S’offusquer des frappes contre la Syrie peut paraître comme une approche simpliste du conflit, mais ne sert pas à grand chose. Refuser la guerre peut apparaître comme une solution tenable lorsque la guerre n’est pas en cours. Une guerre peut paraître multiple. Les lignes de confrontations ne se résument pas uniquement à deux camps. Le problème dans la guerre en Syrie, c’est que nous devons plutôt parler d’une guerre multiple avec différents fronts de confrontations et des alliances de circonstances.

Dans une guerre en cours, refuser de prendre position sous l’angle de la paix et de l’interventionnisme reste une position politique. Dans la guerre civile opposant Bachar Al-Assad aux «Démocrates Syriens», la non-prise de position équivaut à un soutien implicite à Bachar Al-Assad avec les conséquences qui en découlent.
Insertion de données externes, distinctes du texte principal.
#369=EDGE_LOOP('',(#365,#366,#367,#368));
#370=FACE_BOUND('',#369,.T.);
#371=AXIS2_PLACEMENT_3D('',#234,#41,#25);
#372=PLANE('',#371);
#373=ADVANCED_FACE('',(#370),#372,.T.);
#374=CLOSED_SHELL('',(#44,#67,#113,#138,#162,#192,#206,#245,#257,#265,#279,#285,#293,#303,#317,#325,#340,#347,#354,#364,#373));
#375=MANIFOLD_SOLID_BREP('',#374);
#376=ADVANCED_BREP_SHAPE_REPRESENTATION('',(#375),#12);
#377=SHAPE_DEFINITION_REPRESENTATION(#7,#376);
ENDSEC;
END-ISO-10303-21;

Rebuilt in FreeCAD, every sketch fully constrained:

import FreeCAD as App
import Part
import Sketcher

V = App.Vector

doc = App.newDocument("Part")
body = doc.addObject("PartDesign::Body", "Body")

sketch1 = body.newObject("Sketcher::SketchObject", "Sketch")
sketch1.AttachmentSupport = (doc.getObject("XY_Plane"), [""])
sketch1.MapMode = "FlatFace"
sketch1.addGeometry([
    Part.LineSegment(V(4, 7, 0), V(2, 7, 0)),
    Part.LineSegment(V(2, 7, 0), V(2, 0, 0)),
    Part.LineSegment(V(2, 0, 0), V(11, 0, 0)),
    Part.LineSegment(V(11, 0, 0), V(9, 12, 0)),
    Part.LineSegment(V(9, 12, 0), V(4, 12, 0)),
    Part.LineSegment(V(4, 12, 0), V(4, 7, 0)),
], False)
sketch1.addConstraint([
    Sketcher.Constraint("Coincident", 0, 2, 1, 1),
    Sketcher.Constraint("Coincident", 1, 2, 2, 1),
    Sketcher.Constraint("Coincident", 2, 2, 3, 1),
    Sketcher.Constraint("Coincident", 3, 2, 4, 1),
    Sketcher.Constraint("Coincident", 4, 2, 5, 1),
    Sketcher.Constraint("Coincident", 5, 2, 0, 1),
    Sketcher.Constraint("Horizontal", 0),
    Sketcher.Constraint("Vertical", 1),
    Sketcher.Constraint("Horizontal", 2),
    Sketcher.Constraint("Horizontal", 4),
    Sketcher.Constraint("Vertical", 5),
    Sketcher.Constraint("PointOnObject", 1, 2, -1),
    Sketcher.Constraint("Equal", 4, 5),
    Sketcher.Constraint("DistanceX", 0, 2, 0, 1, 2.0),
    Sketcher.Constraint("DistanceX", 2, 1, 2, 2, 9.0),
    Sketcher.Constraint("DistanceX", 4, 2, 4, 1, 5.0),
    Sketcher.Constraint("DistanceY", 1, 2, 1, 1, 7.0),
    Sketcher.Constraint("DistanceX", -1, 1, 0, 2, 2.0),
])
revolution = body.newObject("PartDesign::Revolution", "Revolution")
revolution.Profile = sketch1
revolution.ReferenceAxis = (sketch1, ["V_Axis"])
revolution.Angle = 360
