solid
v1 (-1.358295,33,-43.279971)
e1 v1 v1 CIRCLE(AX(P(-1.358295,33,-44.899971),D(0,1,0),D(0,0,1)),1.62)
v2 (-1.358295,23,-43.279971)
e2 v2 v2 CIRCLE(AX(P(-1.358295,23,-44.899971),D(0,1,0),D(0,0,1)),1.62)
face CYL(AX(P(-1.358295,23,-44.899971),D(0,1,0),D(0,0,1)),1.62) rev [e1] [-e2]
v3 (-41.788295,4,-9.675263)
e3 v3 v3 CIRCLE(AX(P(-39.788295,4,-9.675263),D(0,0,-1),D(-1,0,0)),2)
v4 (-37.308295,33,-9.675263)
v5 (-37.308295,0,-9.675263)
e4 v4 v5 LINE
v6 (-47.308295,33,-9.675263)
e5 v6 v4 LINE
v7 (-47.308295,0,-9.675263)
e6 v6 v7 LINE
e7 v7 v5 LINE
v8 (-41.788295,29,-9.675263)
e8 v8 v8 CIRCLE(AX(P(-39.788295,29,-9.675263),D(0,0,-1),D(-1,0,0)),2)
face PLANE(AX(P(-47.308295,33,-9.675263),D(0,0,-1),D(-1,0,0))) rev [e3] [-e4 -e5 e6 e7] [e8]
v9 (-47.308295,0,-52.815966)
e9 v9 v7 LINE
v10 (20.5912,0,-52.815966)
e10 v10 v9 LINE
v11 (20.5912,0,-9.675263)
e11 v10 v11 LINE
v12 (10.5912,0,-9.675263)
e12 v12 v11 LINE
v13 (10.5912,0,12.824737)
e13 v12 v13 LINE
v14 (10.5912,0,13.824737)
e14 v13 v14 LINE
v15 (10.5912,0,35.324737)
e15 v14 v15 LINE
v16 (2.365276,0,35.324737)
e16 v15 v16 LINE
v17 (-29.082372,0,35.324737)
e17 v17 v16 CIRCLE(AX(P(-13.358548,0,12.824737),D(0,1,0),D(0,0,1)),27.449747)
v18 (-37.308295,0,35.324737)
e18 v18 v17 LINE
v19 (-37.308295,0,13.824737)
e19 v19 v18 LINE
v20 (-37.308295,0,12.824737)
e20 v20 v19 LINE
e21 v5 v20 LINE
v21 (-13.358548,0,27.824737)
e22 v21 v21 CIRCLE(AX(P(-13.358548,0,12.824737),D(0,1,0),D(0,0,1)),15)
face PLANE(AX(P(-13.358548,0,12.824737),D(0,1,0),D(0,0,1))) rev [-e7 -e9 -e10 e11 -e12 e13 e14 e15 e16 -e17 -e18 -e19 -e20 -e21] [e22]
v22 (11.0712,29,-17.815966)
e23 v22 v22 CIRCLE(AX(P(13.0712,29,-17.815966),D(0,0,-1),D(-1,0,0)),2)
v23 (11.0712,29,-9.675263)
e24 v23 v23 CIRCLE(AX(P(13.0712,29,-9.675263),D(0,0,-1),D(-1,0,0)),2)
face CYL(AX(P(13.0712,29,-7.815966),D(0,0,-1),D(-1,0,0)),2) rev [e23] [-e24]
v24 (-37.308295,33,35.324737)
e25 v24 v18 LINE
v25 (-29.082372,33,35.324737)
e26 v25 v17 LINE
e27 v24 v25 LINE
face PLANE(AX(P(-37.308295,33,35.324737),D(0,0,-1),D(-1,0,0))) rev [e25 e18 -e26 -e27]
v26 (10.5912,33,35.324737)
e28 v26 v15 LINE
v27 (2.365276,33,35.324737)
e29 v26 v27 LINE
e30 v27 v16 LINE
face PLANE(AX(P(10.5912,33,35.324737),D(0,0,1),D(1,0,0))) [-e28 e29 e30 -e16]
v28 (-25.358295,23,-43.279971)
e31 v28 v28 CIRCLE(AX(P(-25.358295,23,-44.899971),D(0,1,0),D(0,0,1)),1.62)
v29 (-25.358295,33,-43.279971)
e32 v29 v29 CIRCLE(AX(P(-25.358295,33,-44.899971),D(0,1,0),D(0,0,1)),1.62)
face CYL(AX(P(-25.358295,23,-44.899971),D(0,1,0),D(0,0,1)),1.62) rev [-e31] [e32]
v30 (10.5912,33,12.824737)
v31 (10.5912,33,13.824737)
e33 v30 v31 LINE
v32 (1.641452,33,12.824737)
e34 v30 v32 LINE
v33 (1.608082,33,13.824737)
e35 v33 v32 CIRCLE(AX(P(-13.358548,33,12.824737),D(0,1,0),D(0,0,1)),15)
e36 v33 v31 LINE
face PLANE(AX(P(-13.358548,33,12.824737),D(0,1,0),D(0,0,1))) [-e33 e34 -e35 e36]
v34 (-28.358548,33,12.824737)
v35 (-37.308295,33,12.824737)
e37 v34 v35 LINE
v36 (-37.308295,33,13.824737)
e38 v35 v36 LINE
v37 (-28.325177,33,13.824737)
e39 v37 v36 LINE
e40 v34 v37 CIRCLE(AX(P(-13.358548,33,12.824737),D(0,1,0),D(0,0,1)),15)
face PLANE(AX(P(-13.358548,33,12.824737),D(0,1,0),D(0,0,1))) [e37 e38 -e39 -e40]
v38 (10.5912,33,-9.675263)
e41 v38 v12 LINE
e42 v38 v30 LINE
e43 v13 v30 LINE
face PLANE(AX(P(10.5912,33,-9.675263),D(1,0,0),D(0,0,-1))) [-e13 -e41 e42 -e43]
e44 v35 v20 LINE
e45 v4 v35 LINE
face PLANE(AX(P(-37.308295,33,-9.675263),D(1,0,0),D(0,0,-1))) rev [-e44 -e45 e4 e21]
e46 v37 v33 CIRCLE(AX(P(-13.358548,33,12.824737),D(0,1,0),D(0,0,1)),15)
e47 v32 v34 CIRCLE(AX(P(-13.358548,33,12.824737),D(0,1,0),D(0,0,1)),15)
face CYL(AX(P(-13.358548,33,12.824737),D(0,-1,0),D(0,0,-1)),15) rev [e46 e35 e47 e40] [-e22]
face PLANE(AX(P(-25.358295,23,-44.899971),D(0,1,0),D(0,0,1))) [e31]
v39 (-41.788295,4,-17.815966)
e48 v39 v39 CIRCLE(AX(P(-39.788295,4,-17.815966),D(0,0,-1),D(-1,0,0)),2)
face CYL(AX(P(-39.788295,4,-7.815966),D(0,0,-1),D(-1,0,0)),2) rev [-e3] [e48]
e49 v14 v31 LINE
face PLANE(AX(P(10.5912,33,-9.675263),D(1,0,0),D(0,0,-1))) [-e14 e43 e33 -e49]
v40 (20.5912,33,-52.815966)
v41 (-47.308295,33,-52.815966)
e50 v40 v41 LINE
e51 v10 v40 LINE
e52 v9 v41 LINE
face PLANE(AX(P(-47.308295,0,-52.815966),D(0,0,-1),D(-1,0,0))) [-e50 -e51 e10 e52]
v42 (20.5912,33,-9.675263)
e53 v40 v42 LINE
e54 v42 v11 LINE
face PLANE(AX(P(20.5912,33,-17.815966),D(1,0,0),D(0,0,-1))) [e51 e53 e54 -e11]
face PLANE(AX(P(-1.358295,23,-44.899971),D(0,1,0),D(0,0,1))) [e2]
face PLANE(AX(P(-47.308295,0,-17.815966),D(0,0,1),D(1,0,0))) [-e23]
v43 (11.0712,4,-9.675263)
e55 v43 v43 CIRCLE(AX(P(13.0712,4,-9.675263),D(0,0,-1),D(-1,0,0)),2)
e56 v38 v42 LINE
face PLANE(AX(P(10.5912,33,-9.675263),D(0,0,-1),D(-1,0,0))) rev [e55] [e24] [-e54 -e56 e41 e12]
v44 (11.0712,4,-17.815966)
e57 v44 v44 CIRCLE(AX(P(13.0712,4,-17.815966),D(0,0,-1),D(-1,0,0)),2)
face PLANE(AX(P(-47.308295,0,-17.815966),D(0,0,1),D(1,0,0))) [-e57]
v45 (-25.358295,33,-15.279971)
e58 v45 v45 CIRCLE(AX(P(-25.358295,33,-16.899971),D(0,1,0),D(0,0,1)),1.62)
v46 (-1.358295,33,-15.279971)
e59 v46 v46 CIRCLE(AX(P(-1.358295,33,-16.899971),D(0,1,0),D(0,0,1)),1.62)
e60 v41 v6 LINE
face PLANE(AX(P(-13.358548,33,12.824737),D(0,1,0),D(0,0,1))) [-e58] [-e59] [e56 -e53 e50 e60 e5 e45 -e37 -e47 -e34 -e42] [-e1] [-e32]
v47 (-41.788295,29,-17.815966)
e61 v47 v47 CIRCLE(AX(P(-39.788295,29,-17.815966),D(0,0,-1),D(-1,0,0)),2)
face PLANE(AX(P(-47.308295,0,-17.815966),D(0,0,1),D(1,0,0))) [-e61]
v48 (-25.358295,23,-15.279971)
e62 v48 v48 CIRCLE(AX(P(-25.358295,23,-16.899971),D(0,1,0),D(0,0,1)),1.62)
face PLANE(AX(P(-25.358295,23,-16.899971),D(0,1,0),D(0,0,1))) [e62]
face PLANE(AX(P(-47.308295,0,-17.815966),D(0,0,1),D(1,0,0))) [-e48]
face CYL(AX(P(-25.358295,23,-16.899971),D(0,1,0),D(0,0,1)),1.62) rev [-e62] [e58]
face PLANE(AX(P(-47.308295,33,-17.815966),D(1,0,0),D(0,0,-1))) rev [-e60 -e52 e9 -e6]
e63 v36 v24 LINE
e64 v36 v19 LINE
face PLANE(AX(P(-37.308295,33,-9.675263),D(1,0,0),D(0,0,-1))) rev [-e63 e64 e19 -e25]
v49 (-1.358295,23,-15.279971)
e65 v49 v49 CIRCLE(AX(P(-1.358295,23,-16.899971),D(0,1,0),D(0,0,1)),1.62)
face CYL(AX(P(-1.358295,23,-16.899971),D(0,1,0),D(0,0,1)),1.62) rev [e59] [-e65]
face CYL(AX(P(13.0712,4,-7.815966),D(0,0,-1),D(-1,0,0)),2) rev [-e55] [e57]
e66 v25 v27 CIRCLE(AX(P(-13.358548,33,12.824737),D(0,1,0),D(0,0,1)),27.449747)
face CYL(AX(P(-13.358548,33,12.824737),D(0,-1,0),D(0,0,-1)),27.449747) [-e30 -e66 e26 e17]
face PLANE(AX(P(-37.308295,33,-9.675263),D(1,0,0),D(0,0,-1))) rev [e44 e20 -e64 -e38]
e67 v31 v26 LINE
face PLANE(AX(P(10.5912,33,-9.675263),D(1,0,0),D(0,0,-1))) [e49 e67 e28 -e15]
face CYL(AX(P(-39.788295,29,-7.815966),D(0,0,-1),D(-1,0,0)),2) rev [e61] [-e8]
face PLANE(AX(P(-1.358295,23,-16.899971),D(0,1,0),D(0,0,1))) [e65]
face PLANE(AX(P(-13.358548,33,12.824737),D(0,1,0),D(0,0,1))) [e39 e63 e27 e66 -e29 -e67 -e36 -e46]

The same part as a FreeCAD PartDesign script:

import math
import FreeCAD as App
import Part
import Sketcher
from FreeCAD import Vector

doc = App.newDocument("Part")
body = doc.addObject("PartDesign::Body", "Body")

# Sketch on XZ plane
sketch1 = doc.addObject("Sketcher::SketchObject", "Sketch")
body.addObject(sketch1)
sketch1.AttachmentSupport = (doc.XZ_Plane, [""])
sketch1.MapMode = "FlatFace"
sketch1.addGeometry([
    Part.LineSegment(Vector(20.5912, -17.815966, 0), Vector(-47.308295, -17.815966, 0)),  # 0
    Part.LineSegment(Vector(-47.308295, -17.815966, 0), Vector(-47.308295, -9.675263, 0)),  # 1
    Part.LineSegment(Vector(-47.308295, -9.675263, 0), Vector(-37.308295, -9.675263, 0)),  # 2
    Part.LineSegment(Vector(-37.308295, -9.675263, 0), Vector(-37.308295, 35.324737, 0)),  # 3
    Part.LineSegment(Vector(-37.308295, 35.324737, 0), Vector(-29.082372, 35.324737, 0)),  # 4
    Part.ArcOfCircle(Part.Circle(Vector(-13.358548, 12.824737, 0), Vector(0, 0, 1), 27.449747), math.radians(55.052741), math.radians(124.947259)),  # 5
    Part.LineSegment(Vector(2.365276, 35.324737, 0), Vector(10.5912, 35.324737, 0)),  # 6
    Part.LineSegment(Vector(10.5912, 35.324737, 0), Vector(10.5912, -9.675263, 0)),  # 7
    Part.LineSegment(Vector(10.5912, -9.675263, 0), Vector(20.5912, -9.675263, 0)),  # 8
    Part.LineSegment(Vector(20.5912, -9.675263, 0), Vector(20.5912, -17.815966, 0)),  # 9
    Part.Circle(Vector(-13.358548, 12.824737, 0), Vector(0, 0, 1), 15),  # 10
], False)
sketch1.addConstraint([
    Sketcher.Constraint("Coincident", 0, 2, 1, 1),
    Sketcher.Constraint("Coincident", 1, 2, 2, 1),
    Sketcher.Constraint("Coincident", 2, 2, 3, 1),
    Sketcher.Constraint("Coincident", 3, 2, 4, 1),
    Sketcher.Constraint("Coincident", 4, 2, 5, 2),
    Sketcher.Constraint("Coincident", 5, 1, 6, 1),
    Sketcher.Constraint("Coincident", 6, 2, 7, 1),
    Sketcher.Constraint("Coincident", 7, 2, 8, 1),
    Sketcher.Constraint("Coincident", 8, 2, 9, 1),
    Sketcher.Constraint("Coincident", 9, 2, 0, 1),
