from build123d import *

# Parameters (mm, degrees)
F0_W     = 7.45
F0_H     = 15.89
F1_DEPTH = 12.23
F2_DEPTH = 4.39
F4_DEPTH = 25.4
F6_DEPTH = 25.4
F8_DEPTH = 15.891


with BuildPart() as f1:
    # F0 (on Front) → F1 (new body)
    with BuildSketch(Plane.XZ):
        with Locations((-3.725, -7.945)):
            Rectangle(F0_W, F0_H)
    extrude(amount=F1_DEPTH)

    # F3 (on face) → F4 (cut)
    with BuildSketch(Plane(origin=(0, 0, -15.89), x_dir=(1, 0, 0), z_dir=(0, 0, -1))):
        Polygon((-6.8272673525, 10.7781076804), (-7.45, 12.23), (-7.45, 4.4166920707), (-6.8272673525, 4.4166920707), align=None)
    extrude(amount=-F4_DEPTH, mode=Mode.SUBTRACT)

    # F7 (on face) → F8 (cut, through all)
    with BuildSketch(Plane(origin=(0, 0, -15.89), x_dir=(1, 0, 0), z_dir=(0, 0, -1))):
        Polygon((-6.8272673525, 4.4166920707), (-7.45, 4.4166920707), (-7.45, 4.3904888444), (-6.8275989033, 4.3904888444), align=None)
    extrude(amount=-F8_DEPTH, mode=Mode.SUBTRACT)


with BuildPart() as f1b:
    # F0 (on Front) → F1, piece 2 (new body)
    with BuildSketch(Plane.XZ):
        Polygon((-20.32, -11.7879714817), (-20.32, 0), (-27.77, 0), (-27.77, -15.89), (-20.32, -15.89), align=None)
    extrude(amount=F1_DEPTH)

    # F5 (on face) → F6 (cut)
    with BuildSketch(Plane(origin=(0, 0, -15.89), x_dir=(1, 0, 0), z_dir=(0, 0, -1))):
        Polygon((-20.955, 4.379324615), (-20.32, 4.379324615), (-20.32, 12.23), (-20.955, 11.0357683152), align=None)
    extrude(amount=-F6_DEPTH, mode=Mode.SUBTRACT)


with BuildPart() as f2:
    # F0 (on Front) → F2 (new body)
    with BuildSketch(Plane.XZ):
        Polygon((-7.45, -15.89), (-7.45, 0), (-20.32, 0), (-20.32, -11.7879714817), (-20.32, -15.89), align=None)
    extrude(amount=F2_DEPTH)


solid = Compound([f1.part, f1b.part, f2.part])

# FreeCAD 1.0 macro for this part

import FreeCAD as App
import Part
import Sketcher
from FreeCAD import Vector
Q = App.Units.Quantity


def add_polygon(sketch, points):
    """Adds a closed chain of lines whose ends are joined by coincident constraints."""
    first, n = sketch.GeometryCount, len(points)
    for a, b in zip(points, points[1:] + points[:1]):
        sketch.addGeometry(Part.LineSegment(App.Vector(*a, 0), App.Vector(*b, 0)), False)
    for i in range(n):
        sketch.addConstraint(Sketcher.Constraint("Coincident", first + i, 2, first + (i + 1) % n, 1))

doc = App.newDocument("Part")
body = doc.addObject("PartDesign::Body", "Body")

# Sketch on XZ plane
sketch1 = doc.addObject("Sketcher::SketchObject", "Sketch")
body.addObject(sketch1)
sketch1.AttachmentSupport = (doc.XZ_Plane, [""])
sketch1.MapMode = "FlatFace"
add_polygon(sketch1, [(-7.45, 0), (-7.45, -15.89), (0, -15.89), (0, 0)])  # lines 0-3
sketch1.addConstraint([
    Sketcher.Constraint("Vertical", 0),
    Sketcher.Constraint("Horizontal", 1),
    Sketcher.Constraint("Vertical", 2),
    Sketcher.Constraint("Horizontal", 3),
    Sketcher.Constraint("Coincident", 2, 2, -1, 1),
    Sketcher.Constraint("DistanceX", 1, 1, 1, 2, 7.45),
    Sketcher.Constraint("DistanceY", 0, 2, 0, 1, 15.89),
])
pad1 = doc.addObject("PartDesign::Pad", "Pad")
body.addObject(pad1)
pad1.Profile = sketch1
pad1.Length = 12.23

# Sketch on XY plane
sketch2 = doc.addObject("Sketcher::SketchObject", "Sketch001")
body.addObject(sketch2)
sketch2.AttachmentSupport = (doc.XY_Plane, [""])
sketch2.MapMode = "FlatFace"
sketch2.AttachmentOffset = App.Placement(Vector(0, 0, -15.89), App.Rotation())
add_polygon(sketch2, [(-6.827267, -10.778108), (-7.45, -12.23), (-7.45, -4.416692), (-6.827267, -4.416692)])  # lines 0-3
sketch2.addConstraint([
    Sketcher.Constraint("Vertical", 1),
    Sketcher.Constraint("Horizontal", 2),
    Sketcher.Constraint("Vertical", 3),
    Sketcher.Constraint("DistanceX", 0, 2, -1, 1, 7.45),
    Sketcher.Constraint("DistanceY", 0, 2, -1, 1, 12.23),
    Sketcher.Constraint("DistanceX", 2, 1, 2, 2, 0.622733),
    Sketcher.Constraint("DistanceY", 1, 1, 1, 2, 7.813308),
    Sketcher.Constraint("DistanceY", 3, 2, 3, 1, 6.361416),
])
pocket1 = doc.addObject("PartDesign::Pocket", "Pocket")
body.addObject(pocket1)
pocket1.Profile = sketch2
pocket1.Length = Q("1 in")
pocket1.Reversed = True

# Sketch on XY plane
sketch3 = doc.addObject("Sketcher::SketchObject", "Sketch002")
body.addObject(sketch3)
sketch3.AttachmentSupport = (doc.XY_Plane, [""])
sketch3.MapMode = "FlatFace"
sketch3.AttachmentOffset = App.Placement(Vector(0, 0, -15.89), App.Rotation())
add_polygon(sketch3, [(-6.827267, -4.416692), (-7.45, -4.416692), (-7.45, -4.390489), (-6.827599, -4.390489)])  # lines 0-3
sketch3.addConstraint([
    Sketcher.Constraint("Horizontal", 0),
    Sketcher.Constraint("Vertical", 1),
    Sketcher.Constraint("Horizontal", 2),
    Sketcher.Constraint("DistanceX", 2, 1, 2, 2, 0.622401),
    Sketcher.Constraint("DistanceX", 0, 2, -1, 1, 7.45),
    Sketcher.Constraint("DistanceX", 0, 2, 0, 1, 0.622733),
    Sketcher.Constraint("DistanceY", 1, 1, 1, 2, 0.026203),
    Sketcher.Constraint("DistanceY", 1, 2, -1, 1, 4.390489),
])
pocket2 = doc.addObject("PartDesign::Pocket", "Pocket001")
body.addObject(pocket2)
pocket2.Profile = sketch3
pocket2.Type = "ThroughAll"
pocket2.Reversed = True
body2 = doc.addObject("PartDesign::Body", "Body001")

# Sketch on XZ plane
sketch4 = doc.addObject("Sketcher::SketchObject", "Sketch003")
body2.addObject(sketch4)
sketch4.AttachmentSupport = (doc.getObject("XZ_Plane001"), [""])
sketch4.MapMode = "FlatFace"
add_polygon(sketch4, [(-20.32, 0), (-27.77, 0), (-27.77, -15.89), (-20.32, -15.89)])  # lines 0-3
sketch4.addConstraint([
    Sketcher.Constraint("Horizontal", 0),
    Sketcher.Constraint("Vertical", 1),
    Sketcher.Constraint("Horizontal", 2),
    Sketcher.Constraint("Vertical", 3),
    Sketcher.Constraint("PointOnObject", 0, 2, -1),
    Sketcher.Constraint("DistanceX", 2, 2, -1, 1, Q("0.8 in")),
    Sketcher.Constraint("DistanceX", 0, 2, 0, 1, 7.45),
    Sketcher.Constraint("DistanceY", 1, 2, 1, 1, 15.89),
])
pad2 = doc.addObject("PartDesign::Pad", "Pad001")
body2.addObject(pad2)
pad2.Profile = sketch4
pad2.Length = 12.23

# Sketch on XY plane
sketch5 = doc.addObject("Sketcher::SketchObject", "Sketch004")
body2.addObject(sketch5)
sketch5.AttachmentSupport = (doc.getObject("XY_Plane001"), [""])
sketch5.MapMode = "FlatFace"
sketch5.AttachmentOffset = App.Placement(Vector(0, 0, -15.89), App.Rotation())
add_polygon(sketch5, [(-20.955, -4.379325), (-20.32, -4.379325), (-20.32, -12.23), (-20.955, -11.035768)])  # lines 0-3
sketch5.addConstraint([
    Sketcher.Constraint("Horizontal", 0),
    Sketcher.Constraint("Vertical", 1),
    Sketcher.Constraint("Vertical", 3),
    Sketcher.Constraint("DistanceX", 0, 2, -1, 1, Q("0.8 in")),
    Sketcher.Constraint("DistanceX", 0, 1, 0, 2, Q("0.025 in")),
    Sketcher.Constraint("DistanceY", 1, 2, -1, 1, 12.23),
    Sketcher.Constraint("Distance", 2, 1.352558),
    Sketcher.Constraint("DistanceY", 1, 2, 1, 1, 7.850675),
])
pocket3 = doc.addObject("PartDesign::Pocket", "Pocket002")
body2.addObject(pocket3)
pocket3.Profile = sketch5
pocket3.Length = Q("1 in")
pocket3.Reversed = True
body3 = doc.addObject("PartDesign::Body", "Body002")

# Sketch on XZ plane
sketch6 = doc.addObject("Sketcher::SketchObject", "Sketch005")
body3.addObject(sketch6)
sketch6.AttachmentSupport = (doc.getObject("XZ_Plane002"), [""])
sketch6.MapMode = "FlatFace"
add_polygon(sketch6, [(-7.45, -15.89), (-7.45, 0), (-20.32, 0), (-20.32, -15.89)])  # lines 0-3
sketch6.addConstraint([
    Sketcher.Constraint("Vertical", 0),
    Sketcher.Constraint("Horizontal", 1),
    Sketcher.Constraint("Vertical", 2),
    Sketcher.Constraint("Horizontal", 3),
    Sketcher.Constraint("PointOnObject", 0, 2, -1),
    Sketcher.Constraint("DistanceX", 1, 2, -1, 1, Q("0.8 in")),
    Sketcher.Constraint("DistanceX", 1, 2, 1, 1, 12.87),
    Sketcher.Constraint("DistanceY", 0, 1, 0, 2, 15.89),
])
pad3 = doc.addObject("PartDesign::Pad", "Pad002")
body3.addObject(pad3)
pad3.Profile = sketch6
pad3.Length = 4.39

doc.recompute()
On pourrait reprendre le slogan «Vos guerres, Nos Morts / Vos guerres, no more». Mais ce n’est pas notre guerre, il s’agit d’une guerre et d’un combat pour le droit à la démocratie, aux libertés individuelles, à l’autodétermination loin de la dictature héréditaire de la famille Assad. Les droits civiques traduisent l’aspiration des peuples vers la liberté. Aucune justification sur le terrorisme, ne peut justifier l’empêchement des peuples à l’accès de scrutin libre et de jouir des libertés individuelles et collectives.

Le régime Syrien suit d’une certaine manière la logique héréditaire de celui de la Corée du Nord. Les dissidents sont systématiquement emprisonnés ou exécutés sommairement au nom de la défense et de la sécurité de la Nation. Le «totalitarisme assadiste» se sert également des minorités religieuses pour assumer ses bombardements contre les Hôpitaux, les habitations ou même les convoies humanitaires. Or, rien ne peut justifier la guerre civile entre Bachar Al-Assad et l’opposition.



Dans le cadre présent, Bachar Al-Assad utilise des attaques chimiques contre les populations sous prétexte de lutter contre le terrorisme. Que l’on soit claire, l’utilisation des armes chimiques – du lacrymogène au phosphore blanc en passant par le gaz sarin – doit être condamnée, peu importe que ces armes soient létales ou non. De Notre-Dame-Des-Landes au différentes régions de Syrie, les armes chimiques tuent. En France, elles commencent par tuer des animaux, en Syrie elles tuent des êtres humains et des enfants.

La riposte a été coordonnée avec les États-Unis d’Amérique et le Royaume-Uni. La destruction des sites de fabrication et de stockage des armes chimiques peut effectivement être utile à la population syrienne.

La France intervient régulièrement en Syrie et en Irak contre Daesh. Autrement dit, dans une des phases des guerres en Syrie et Irak, la France est présente militairement.